Гости проходили в столовую, или в залу, как принято было ее называть, усаживались за стол, каждый на свое, привычное место, повязывали на шею крахмальные салфетки, откушивали обильно и достойно выпивали, произнося традиционные тосты, вели беседы на вольные темы и подшучивали друг над другом, но шутки их повторялись, и повторялись темы — футбол и телевизионные сериалы, — и обо всем они говорили с чувством собственного превосходства и оттого расслабленно и снисходительно, и свысока поругивали порядки в стране, сетуя на излишний либерализм власти и распущенность народа — никто ничего не боится, а их бы поприжать, поприжать бы их, болтунов, голодранцев, умников! — и тут бы Зарине возмутиться, но занимало ее совеем другое — ей чудилось в поведении гостей, в самой манере их общения что-то удивительно знакомое, но она никак не могла вспомнить, что именно, и однажды прыснула, не сдержавшись, догадалась вдруг: да они же в высшее общество играют, неуклюже подражая чему-то виденному то ли в кино, то ли в театре, и все вроде бы есть у них, и не хватает только одного — никто поклоны им не бьет, шапки перед ними не ломает, — и тут бы возмутиться ей в третий раз, но она сочла свое открытие забавным и, смеясь, поделилась им с Тамарой, приглашая и ее понаблюдать и посмеяться, однако та не приняла приглашения, и даже наоборот, нахмурилась и головой покачала:
«Ты ошибаешься, девочка, — проговорила с укором и добавила значительно: — Все они очень уважаемые люди».
Выпив и закусив, они, как и положено в лучших домах, пересаживались за ломберный столик — черное резное дерево, бронзовые пепельницы, зеленое сукно, — доставали колоду карт, но не в преферанс играли, и даже не в покер — в очко резались, в буру! — и это тоже смешило Зарину. Вместе со столиком антикварным Тамара прихватила в Москве и старинное трюмо, которое вроде бы стояло когда-то в покоях императрицы (то ли Екатерины, то ли Елизаветы), и они (Ирбек, Каурбек, Батырбек) поднимались время от времени, подходили к нему, тщеславие свое тешили, стояли, надувшись, и ухмылялись скабрезно, словно порнографическую карточку разглядывая… Подходил к нему и некий Дудар, или Хозяин, как называли его полушутя-полувсерьез, но в отличие от остальных он не ухмылялся, а взирал на себя с уважением, как бы на равных с той, которая несколько веков тому назад то ли владела, то ли не владела зеркалом этим в раме витиевато-бронзовой.
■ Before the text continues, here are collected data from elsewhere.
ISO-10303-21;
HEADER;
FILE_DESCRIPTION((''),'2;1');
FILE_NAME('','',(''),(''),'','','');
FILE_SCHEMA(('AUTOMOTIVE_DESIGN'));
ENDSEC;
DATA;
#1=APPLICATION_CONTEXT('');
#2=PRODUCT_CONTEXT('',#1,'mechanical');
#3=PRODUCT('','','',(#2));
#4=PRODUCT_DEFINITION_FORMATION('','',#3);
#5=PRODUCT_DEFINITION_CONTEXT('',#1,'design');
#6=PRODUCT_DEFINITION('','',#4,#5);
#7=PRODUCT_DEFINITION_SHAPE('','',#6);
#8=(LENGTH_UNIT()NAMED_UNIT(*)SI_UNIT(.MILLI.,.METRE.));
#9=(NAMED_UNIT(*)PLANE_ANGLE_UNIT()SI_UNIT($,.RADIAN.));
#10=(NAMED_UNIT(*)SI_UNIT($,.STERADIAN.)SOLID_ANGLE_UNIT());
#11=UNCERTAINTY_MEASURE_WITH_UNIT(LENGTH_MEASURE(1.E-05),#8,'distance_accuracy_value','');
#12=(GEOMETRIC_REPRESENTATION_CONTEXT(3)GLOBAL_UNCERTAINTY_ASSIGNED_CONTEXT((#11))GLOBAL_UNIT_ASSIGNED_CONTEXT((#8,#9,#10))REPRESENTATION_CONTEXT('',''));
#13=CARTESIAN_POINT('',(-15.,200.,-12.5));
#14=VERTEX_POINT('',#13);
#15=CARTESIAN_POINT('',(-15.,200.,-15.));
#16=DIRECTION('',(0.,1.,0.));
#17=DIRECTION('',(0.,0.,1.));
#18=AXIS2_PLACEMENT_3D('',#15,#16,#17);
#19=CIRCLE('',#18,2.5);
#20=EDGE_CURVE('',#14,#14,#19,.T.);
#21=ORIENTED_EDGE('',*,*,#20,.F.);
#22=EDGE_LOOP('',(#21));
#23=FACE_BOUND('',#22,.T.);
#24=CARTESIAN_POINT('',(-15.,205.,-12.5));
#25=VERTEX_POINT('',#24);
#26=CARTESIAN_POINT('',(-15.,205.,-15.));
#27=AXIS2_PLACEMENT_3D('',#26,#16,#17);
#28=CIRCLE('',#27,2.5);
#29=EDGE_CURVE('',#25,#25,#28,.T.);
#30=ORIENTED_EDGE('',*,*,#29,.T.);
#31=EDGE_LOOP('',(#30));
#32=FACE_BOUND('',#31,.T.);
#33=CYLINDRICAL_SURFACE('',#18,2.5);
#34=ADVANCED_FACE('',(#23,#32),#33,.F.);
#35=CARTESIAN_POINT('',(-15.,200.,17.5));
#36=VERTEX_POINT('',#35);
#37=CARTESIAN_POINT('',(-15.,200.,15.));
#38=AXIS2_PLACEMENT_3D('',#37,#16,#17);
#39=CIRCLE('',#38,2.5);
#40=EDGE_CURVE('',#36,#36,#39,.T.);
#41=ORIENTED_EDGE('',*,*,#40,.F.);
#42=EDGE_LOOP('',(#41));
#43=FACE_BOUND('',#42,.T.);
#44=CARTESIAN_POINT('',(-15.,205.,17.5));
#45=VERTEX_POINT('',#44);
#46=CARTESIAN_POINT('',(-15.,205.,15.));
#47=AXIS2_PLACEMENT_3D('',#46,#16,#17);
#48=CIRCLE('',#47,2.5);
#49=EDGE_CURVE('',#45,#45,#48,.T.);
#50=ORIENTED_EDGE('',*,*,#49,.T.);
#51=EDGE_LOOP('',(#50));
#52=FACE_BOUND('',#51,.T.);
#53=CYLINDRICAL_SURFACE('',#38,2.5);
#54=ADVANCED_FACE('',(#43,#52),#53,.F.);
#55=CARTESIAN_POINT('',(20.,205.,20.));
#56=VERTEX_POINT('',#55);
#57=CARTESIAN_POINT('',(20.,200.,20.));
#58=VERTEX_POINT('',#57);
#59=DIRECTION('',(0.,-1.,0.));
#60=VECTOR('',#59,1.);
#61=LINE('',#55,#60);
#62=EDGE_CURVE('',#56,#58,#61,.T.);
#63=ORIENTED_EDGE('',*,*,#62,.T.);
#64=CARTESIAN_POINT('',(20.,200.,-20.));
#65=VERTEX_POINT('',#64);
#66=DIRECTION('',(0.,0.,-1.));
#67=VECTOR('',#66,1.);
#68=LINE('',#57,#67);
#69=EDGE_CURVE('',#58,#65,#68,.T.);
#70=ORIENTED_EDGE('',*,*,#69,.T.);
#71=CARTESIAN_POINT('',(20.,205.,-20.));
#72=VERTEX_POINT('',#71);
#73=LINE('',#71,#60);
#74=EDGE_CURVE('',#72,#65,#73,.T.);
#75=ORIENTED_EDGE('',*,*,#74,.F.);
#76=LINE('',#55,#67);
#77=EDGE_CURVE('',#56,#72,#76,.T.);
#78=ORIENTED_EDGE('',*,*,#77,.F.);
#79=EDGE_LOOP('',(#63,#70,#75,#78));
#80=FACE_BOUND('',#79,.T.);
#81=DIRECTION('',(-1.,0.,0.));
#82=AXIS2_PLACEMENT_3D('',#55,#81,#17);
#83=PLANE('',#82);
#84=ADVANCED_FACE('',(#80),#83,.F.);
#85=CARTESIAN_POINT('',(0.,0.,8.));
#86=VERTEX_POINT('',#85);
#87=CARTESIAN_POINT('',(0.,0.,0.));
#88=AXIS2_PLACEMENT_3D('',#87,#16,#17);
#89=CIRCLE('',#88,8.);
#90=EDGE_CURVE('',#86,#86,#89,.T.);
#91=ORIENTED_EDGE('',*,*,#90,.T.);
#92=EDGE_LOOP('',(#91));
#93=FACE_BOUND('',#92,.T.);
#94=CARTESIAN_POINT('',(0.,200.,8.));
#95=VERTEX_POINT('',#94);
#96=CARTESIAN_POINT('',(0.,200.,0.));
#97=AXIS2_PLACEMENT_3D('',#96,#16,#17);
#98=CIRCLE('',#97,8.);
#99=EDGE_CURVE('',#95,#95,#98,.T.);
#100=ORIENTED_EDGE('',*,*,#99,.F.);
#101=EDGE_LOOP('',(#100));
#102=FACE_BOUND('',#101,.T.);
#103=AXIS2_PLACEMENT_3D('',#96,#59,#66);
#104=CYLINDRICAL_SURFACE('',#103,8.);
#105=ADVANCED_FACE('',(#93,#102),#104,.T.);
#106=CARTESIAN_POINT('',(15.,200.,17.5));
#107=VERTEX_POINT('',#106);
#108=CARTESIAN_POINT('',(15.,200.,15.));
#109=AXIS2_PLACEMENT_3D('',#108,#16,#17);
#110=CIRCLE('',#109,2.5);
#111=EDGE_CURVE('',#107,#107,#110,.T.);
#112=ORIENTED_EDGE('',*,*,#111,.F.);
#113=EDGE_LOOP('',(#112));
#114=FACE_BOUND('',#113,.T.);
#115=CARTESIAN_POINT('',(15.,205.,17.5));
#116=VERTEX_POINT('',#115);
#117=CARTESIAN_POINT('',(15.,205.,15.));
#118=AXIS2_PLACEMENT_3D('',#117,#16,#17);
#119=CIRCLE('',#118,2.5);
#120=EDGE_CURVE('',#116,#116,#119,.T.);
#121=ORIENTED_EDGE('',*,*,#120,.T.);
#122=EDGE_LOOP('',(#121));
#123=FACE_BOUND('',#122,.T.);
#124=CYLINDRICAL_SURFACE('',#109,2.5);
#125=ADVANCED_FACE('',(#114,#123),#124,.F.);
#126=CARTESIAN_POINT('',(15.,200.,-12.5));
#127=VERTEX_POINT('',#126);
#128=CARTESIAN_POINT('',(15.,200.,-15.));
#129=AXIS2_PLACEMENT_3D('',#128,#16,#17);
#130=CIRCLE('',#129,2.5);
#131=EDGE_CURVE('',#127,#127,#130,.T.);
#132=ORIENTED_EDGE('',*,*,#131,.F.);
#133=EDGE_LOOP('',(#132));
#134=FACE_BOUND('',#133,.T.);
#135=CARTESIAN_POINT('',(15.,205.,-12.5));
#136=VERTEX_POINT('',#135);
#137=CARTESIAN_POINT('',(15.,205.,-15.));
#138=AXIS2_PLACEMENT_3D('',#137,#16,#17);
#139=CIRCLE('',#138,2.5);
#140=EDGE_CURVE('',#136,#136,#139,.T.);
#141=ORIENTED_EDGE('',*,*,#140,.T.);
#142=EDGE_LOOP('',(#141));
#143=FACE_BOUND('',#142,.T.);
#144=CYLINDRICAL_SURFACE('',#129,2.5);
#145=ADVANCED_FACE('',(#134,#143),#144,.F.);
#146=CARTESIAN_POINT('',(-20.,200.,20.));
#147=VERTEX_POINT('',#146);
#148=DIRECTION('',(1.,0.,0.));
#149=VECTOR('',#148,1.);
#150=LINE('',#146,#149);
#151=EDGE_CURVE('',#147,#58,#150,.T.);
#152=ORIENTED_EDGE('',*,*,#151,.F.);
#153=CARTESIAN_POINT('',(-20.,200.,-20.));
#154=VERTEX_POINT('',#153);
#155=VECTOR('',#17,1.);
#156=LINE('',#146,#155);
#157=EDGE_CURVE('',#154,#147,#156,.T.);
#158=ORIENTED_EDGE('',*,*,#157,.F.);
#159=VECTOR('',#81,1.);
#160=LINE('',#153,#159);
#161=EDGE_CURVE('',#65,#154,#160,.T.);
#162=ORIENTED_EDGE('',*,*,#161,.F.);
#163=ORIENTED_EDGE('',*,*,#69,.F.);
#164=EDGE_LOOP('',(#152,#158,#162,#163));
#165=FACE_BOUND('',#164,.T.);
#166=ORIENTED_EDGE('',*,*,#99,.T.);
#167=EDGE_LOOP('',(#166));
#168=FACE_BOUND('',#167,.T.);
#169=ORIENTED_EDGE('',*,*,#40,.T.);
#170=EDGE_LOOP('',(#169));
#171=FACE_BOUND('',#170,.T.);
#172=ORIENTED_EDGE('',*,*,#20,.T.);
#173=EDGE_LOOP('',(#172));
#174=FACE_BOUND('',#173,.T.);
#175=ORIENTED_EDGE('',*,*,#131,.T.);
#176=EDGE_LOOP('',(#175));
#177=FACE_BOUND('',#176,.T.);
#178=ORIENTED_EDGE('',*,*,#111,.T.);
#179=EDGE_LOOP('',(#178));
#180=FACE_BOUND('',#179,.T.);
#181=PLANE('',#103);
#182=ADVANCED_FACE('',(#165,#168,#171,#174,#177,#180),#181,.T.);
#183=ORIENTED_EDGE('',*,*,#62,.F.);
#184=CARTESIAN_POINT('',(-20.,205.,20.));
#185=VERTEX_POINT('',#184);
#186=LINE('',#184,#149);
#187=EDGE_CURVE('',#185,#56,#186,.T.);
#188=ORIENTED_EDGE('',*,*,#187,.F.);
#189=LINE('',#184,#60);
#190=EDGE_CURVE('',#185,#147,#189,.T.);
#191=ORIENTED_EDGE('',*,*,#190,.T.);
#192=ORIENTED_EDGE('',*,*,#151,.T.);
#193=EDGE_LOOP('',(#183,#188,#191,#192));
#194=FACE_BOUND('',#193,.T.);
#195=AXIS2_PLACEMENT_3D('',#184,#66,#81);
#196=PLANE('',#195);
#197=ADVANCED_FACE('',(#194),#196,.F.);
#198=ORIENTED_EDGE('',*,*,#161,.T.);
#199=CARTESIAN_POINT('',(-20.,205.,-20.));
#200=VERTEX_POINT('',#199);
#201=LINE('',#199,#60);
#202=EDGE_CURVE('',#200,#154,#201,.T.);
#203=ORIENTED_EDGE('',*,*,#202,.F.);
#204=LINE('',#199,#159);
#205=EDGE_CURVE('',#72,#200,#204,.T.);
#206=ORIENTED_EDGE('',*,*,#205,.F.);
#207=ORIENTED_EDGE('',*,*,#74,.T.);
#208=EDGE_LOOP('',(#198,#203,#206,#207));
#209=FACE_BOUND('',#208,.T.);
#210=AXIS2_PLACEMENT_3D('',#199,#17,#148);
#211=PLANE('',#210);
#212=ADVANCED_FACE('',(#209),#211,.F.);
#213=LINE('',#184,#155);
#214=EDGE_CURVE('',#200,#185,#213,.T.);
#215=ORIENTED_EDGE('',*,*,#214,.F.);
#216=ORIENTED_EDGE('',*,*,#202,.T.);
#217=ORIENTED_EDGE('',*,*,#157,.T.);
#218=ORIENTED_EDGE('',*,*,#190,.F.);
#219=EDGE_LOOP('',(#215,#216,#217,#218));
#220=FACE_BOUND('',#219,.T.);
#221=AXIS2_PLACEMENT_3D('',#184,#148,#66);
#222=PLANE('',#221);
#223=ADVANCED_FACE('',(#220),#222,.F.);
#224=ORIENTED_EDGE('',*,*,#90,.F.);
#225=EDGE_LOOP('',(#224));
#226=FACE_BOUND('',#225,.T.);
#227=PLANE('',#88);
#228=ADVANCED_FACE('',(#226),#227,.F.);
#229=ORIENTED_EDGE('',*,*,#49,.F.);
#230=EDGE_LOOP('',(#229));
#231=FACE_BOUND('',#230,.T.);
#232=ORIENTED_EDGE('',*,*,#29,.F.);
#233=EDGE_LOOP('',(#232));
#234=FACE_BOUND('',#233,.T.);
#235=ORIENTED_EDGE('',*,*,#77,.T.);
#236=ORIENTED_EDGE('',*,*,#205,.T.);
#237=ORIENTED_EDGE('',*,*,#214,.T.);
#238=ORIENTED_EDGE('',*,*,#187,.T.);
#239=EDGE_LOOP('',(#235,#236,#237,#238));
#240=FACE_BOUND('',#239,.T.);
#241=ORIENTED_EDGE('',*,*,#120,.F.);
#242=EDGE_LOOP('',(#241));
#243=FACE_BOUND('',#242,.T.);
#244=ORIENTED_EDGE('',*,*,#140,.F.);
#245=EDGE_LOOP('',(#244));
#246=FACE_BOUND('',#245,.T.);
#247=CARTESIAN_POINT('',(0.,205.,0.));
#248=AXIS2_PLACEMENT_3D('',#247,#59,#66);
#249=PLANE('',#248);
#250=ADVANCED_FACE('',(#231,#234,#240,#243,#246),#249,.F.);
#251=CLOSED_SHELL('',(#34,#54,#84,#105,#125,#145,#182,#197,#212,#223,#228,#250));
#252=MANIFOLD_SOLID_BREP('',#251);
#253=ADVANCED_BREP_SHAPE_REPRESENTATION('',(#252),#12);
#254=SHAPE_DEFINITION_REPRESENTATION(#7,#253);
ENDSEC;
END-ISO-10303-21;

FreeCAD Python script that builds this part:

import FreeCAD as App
import Part
import Sketcher
from FreeCAD import Vector


def add_polygon(sketch, points):
    """Adds a closed chain of lines whose ends are joined by coincident constraints."""
    first, n = sketch.GeometryCount, len(points)
    for a, b in zip(points, points[1:] + points[:1]):
        sketch.addGeometry(Part.LineSegment(App.Vector(*a, 0), App.Vector(*b, 0)), False)
    for i in range(n):
        sketch.addConstraint(Sketcher.Constraint("Coincident", first + i, 2, first + (i + 1) % n, 1))

doc = App.newDocument("Part")
body = doc.addObject("PartDesign::Body", "Body")

# Sketch on XZ plane
sketch1 = doc.addObject("Sketcher::SketchObject", "Sketch")
body.addObject(sketch1)
sketch1.AttachmentSupport = (doc.XZ_Plane, [""])
sketch1.MapMode = "FlatFace"
sketch1.addGeometry(Part.Circle(Vector(0, 0, 0), Vector(0, 0, 1), 8), False)
sketch1.addConstraint([
    Sketcher.Constraint("Coincident", 0, 3, -1, 1),
    Sketcher.Constraint("Diameter", 0, 16.0),
])
pad1 = doc.addObject("PartDesign::Pad", "Pad")
body.addObject(pad1)
pad1.Profile = sketch1
pad1.Length = 200
pad1.Reversed = True

# Sketch on XZ plane
sketch2 = doc.addObject("Sketcher::SketchObject", "Sketch001")
body.addObject(sketch2)
sketch2.AttachmentSupport = (doc.XZ_Plane, [""])
sketch2.MapMode = "FlatFace"
sketch2.AttachmentOffset = App.Placement(Vector(0, 0, -200), App.Rotation())
add_polygon(sketch2, [(-20, -20), (-20, 20), (20, 20), (20, -20)])  # lines 0-3
sketch2.addConstraint([
    Sketcher.Constraint("Vertical", 0),
    Sketcher.Constraint("Horizontal", 1),
    Sketcher.Constraint("Vertical", 2),
    Sketcher.Constraint("Horizontal", 3),
    Sketcher.Constraint("Symmetric", 0, 2, 2, 2, -1, 1),
    Sketcher.Constraint("Equal", 3, 0),
    Sketcher.Constraint("DistanceX", 1, 1, 1, 2, 40.0),
])
pad2 = doc.addObject("PartDesign::Pad", "Pad001")
body.addObject(pad2)
pad2.Profile = sketch2
pad2.Length = 5
pad2.Reversed = True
Он был помоложе других, лет на сорок выглядел, не старше, но держался действительно по-хозяйски, сидел обычно во главе стола, и если кто-либо, расшалившись, позволял себе остроту в его адрес, словечко недостаточно почтительное, ронял остерегающе и тоже вроде бы шутя: «Уволю!», и шалунишка седовласый похохатывал, стушевавшись, и остальные сочувственно похлопывали его по плечу, и пиршество продолжалось в обычном своем порядке.
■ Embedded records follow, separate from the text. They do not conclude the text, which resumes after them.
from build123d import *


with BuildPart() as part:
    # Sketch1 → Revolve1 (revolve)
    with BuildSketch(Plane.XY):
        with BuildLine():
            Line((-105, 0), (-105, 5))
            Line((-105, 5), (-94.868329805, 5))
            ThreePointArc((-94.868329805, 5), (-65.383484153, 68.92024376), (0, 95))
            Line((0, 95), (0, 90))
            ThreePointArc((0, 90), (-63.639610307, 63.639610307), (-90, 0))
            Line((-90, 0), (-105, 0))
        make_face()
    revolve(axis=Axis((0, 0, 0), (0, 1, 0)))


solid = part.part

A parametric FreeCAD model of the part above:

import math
import FreeCAD as App
import Part
import Sketcher
from FreeCAD import Vector
Q = App.Units.Quantity

doc = App.newDocument("Part")
body = doc.addObject("PartDesign::Body", "Body")

# Sketch on XY plane
sketch1 = body.newObject("Sketcher::SketchObject", "Sketch")
sketch1.AttachmentSupport = (doc.getObject("XY_Plane"), [""])
sketch1.MapMode = "FlatFace"
sketch1.addGeometry([
    Part.LineSegment(Vector(-105, 5, 0), Vector(-105, 0, 0)),  # 0
    Part.LineSegment(Vector(-105, 0, 0), Vector(-90, 0, 0)),  # 1
    Part.ArcOfCircle(Part.Circle(Vector(0, 0, 0), Vector(0, 0, 1), 90), math.radians(90), math.radians(180)),  # 2
    Part.LineSegment(Vector(0, 90, 0), Vector(0, 95, 0)),  # 3
    Part.ArcOfCircle(Part.Circle(Vector(0, 0, 0), Vector(0, 0, 1), 95), math.radians(90), math.radians(176.983039)),  # 4
    Part.LineSegment(Vector(-94.86833, 5, 0), Vector(-105, 5, 0)),  # 5
], False)
sketch1.addConstraint([
    Sketcher.Constraint("Coincident", 0, 2, 1, 1),
    Sketcher.Constraint("Coincident", 1, 2, 2, 2),
    Sketcher.Constraint("Coincident", 2, 1, 3, 1),
    Sketcher.Constraint("Coincident", 3, 2, 4, 1),
    Sketcher.Constraint("Coincident", 4, 2, 5, 1),
    Sketcher.Constraint("Coincident", 5, 2, 0, 1),
    Sketcher.Constraint("Vertical", 0),
    Sketcher.Constraint("Horizontal", 1),
    Sketcher.Constraint("Vertical", 3),
    Sketcher.Constraint("Horizontal", 5),
    Sketcher.Constraint("Coincident", 2, 3, -1, 1),
    Sketcher.Constraint("Coincident", 4, 3, -1, 1),
    Sketcher.Constraint("PointOnObject", 0, 2, -1),
    Sketcher.Constraint("PointOnObject", 2, 1, -2),
    Sketcher.Constraint("Equal", 0, 3),
    Sketcher.Constraint("Radius", 2, Q("90 mm")),
    Sketcher.Constraint("Radius", 4, Q("95 mm")),
    Sketcher.Constraint("DistanceX", 1, 1, 1, 2, Q("15 mm")),
])
revolution = body.newObject("PartDesign::Revolution", "Revolution")
revolution.Profile = sketch1
revolution.ReferenceAxis = (sketch1, ["V_Axis"])
revolution.Angle = 360

doc.recompute()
Тамара, равно внимательная ко всем и неизменно приветливая, тоже выделяя Дудара, чуть ли не дорожкой ковровой готова была стелиться перед ним, наизнанку вывернуться, каждый каприз исполнить, каждое желание предугадать, и Зарина, заинтригованная непостижимым его величием, как-то спросила ее, не удержавшись: «Кто он такой?»